▶ **WHAT TO DO**
From the first line through the line containing "#43=DIRECTION('',(1.,0.,0.));", transcribe the records exactly and include no other lines.

▶ **GIVEN RECORDS**
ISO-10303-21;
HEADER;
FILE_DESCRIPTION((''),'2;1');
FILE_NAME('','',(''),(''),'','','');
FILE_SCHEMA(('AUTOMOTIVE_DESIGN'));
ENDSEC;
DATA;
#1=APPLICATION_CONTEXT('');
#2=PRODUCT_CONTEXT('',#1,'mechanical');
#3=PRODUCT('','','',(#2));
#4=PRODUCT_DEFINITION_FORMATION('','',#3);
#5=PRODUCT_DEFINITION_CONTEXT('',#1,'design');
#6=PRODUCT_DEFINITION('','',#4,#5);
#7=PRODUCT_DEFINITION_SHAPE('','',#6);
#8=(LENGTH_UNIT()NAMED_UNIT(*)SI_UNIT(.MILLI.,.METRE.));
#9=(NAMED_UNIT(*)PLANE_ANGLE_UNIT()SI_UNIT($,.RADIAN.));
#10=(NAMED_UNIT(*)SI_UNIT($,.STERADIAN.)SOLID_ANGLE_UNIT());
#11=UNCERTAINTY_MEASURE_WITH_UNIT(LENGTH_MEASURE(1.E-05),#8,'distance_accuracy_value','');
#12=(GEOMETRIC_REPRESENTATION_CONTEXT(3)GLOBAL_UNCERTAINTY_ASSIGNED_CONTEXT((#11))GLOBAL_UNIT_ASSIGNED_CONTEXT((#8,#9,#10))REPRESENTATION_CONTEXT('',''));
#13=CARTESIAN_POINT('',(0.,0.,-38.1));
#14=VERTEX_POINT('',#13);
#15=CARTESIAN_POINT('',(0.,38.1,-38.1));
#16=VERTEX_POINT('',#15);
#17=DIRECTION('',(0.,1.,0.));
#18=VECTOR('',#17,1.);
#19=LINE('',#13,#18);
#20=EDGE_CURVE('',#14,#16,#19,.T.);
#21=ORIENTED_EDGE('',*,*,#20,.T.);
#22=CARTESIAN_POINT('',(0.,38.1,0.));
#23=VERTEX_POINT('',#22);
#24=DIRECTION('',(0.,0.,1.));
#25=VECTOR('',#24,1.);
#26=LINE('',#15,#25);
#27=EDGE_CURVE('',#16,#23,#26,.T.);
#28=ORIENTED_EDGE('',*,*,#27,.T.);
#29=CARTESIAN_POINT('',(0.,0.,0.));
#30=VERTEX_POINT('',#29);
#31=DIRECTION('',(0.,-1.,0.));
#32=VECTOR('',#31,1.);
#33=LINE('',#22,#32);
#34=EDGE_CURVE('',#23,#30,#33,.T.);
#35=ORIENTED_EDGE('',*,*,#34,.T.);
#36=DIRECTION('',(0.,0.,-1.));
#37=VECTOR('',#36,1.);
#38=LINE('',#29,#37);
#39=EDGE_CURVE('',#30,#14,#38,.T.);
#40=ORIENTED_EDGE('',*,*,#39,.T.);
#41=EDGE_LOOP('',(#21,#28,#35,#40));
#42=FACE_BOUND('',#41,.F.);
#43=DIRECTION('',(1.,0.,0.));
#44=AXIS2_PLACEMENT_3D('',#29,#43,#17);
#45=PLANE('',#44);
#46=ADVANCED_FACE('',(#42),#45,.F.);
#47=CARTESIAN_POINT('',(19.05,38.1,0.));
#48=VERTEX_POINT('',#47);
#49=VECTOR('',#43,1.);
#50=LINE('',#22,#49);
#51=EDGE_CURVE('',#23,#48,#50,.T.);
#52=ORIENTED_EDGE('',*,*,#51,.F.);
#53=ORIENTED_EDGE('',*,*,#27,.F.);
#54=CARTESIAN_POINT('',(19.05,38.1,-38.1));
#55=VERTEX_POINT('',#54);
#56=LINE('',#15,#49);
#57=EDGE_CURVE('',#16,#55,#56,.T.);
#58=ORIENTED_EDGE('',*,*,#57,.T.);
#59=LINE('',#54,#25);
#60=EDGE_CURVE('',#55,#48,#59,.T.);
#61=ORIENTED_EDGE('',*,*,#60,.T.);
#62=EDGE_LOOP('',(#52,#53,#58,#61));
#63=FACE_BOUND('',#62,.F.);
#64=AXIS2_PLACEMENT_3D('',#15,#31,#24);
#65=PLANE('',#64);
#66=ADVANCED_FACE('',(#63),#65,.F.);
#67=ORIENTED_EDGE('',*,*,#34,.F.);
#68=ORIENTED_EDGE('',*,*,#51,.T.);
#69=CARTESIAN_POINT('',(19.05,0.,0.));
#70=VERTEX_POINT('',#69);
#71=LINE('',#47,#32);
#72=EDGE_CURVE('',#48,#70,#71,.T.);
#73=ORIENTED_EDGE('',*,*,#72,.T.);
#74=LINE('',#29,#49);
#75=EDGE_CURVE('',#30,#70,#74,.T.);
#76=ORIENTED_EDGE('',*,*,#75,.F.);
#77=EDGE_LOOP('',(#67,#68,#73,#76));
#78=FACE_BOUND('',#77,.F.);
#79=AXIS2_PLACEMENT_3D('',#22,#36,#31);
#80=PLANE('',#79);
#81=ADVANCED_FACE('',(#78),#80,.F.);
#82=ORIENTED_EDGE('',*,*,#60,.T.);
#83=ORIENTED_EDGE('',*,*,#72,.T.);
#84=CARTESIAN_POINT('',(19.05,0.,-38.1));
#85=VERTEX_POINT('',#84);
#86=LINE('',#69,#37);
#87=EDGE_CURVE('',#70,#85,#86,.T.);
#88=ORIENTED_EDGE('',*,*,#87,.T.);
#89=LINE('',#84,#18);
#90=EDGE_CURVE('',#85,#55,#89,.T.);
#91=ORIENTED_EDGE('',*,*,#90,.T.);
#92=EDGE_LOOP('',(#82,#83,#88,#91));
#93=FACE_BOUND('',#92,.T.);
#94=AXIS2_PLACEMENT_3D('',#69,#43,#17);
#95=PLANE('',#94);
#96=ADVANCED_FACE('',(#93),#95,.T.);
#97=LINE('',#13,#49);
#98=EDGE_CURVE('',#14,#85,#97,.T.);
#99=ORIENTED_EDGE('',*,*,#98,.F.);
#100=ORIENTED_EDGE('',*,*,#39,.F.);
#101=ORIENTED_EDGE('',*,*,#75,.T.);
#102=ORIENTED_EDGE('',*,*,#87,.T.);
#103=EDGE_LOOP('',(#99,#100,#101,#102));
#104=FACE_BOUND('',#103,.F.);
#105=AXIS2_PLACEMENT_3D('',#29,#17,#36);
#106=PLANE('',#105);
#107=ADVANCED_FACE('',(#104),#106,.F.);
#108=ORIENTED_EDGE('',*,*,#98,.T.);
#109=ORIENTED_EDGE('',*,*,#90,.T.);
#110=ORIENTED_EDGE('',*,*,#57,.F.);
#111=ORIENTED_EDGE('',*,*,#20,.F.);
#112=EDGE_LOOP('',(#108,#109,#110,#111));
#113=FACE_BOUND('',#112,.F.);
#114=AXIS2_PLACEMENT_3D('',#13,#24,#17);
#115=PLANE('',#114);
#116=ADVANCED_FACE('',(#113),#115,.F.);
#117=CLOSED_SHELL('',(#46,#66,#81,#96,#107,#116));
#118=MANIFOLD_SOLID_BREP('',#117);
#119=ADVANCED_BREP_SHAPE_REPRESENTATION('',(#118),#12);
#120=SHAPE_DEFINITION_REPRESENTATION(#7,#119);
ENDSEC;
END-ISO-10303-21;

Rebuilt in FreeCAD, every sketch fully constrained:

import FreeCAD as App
import Part
import Sketcher
from FreeCAD import Vector
Q = App.Units.Quantity


def add_polygon(sketch, points):
    """Adds a closed chain of lines whose ends are joined by coincident constraints."""
    first, n = sketch.GeometryCount, len(points)
    for a, b in zip(points, points[1:] + points[:1]):
        sketch.addGeometry(Part.LineSegment(App.Vector(*a, 0), App.Vector(*b, 0)), False)
    for i in range(n):
        sketch.addConstraint(Sketcher.Constraint("Coincident", first + i, 2, first + (i + 1) % n, 1))

doc = App.newDocument("Part")
body = doc.addObject("PartDesign::Body", "Body")

sketch1 = body.newObject("Sketcher::SketchObject", "Sketch")
sketch1.AttachmentSupport = (doc.getObject("YZ_Plane"), [""])
sketch1.MapMode = "FlatFace"
add_polygon(sketch1, [(38.1, 0), (0, 0), (0, -38.1), (38.1, -38.1)])
sketch1.addConstraint([
    Sketcher.Constraint("Horizontal", 0),
    Sketcher.Constraint("Vertical", 1),
    Sketcher.Constraint("Horizontal", 2),
    Sketcher.Constraint("Vertical", 3),
    Sketcher.Constraint("Coincident", 0, 2, -1, 1),
    Sketcher.Constraint("Equal", 2, 1),
    Sketcher.Constraint("DistanceX", 0, 2, 0, 1, Q("1.5 in")),
])
pad1 = body.newObject("PartDesign::Pad", "Pad")
pad1.Profile = sketch1
pad1.Length = Q("0.75 in")

doc.recompute()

▶ **ANSWER TO THE PROBLEM**
ISO-10303-21;
HEADER;
FILE_DESCRIPTION((''),'2;1');
FILE_NAME('','',(''),(''),'','','');
FILE_SCHEMA(('AUTOMOTIVE_DESIGN'));
ENDSEC;
DATA;
#1=APPLICATION_CONTEXT('');
#2=PRODUCT_CONTEXT('',#1,'mechanical');
#3=PRODUCT('','','',(#2));
#4=PRODUCT_DEFINITION_FORMATION('','',#3);
#5=PRODUCT_DEFINITION_CONTEXT('',#1,'design');
#6=PRODUCT_DEFINITION('','',#4,#5);
#7=PRODUCT_DEFINITION_SHAPE('','',#6);
#8=(LENGTH_UNIT()NAMED_UNIT(*)SI_UNIT(.MILLI.,.METRE.));
#9=(NAMED_UNIT(*)PLANE_ANGLE_UNIT()SI_UNIT($,.RADIAN.));
#10=(NAMED_UNIT(*)SI_UNIT($,.STERADIAN.)SOLID_ANGLE_UNIT());
#11=UNCERTAINTY_MEASURE_WITH_UNIT(LENGTH_MEASURE(1.E-05),#8,'distance_accuracy_value','');
#12=(GEOMETRIC_REPRESENTATION_CONTEXT(3)GLOBAL_UNCERTAINTY_ASSIGNED_CONTEXT((#11))GLOBAL_UNIT_ASSIGNED_CONTEXT((#8,#9,#10))REPRESENTATION_CONTEXT('',''));
#13=CARTESIAN_POINT('',(0.,0.,-38.1));
#14=VERTEX_POINT('',#13);
#15=CARTESIAN_POINT('',(0.,38.1,-38.1));
#16=VERTEX_POINT('',#15);
#17=DIRECTION('',(0.,1.,0.));
#18=VECTOR('',#17,1.);
#19=LINE('',#13,#18);
#20=EDGE_CURVE('',#14,#16,#19,.T.);
#21=ORIENTED_EDGE('',*,*,#20,.T.);
#22=CARTESIAN_POINT('',(0.,38.1,0.));
#23=VERTEX_POINT('',#22);
#24=DIRECTION('',(0.,0.,1.));
#25=VECTOR('',#24,1.);
#26=LINE('',#15,#25);
#27=EDGE_CURVE('',#16,#23,#26,.T.);
#28=ORIENTED_EDGE('',*,*,#27,.T.);
#29=CARTESIAN_POINT('',(0.,0.,0.));
#30=VERTEX_POINT('',#29);
#31=DIRECTION('',(0.,-1.,0.));
#32=VECTOR('',#31,1.);
#33=LINE('',#22,#32);
#34=EDGE_CURVE('',#23,#30,#33,.T.);
#35=ORIENTED_EDGE('',*,*,#34,.T.);
#36=DIRECTION('',(0.,0.,-1.));
#37=VECTOR('',#36,1.);
#38=LINE('',#29,#37);
#39=EDGE_CURVE('',#30,#14,#38,.T.);
#40=ORIENTED_EDGE('',*,*,#39,.T.);
#41=EDGE_LOOP('',(#21,#28,#35,#40));
#42=FACE_BOUND('',#41,.F.);
#43=DIRECTION('',(1.,0.,0.));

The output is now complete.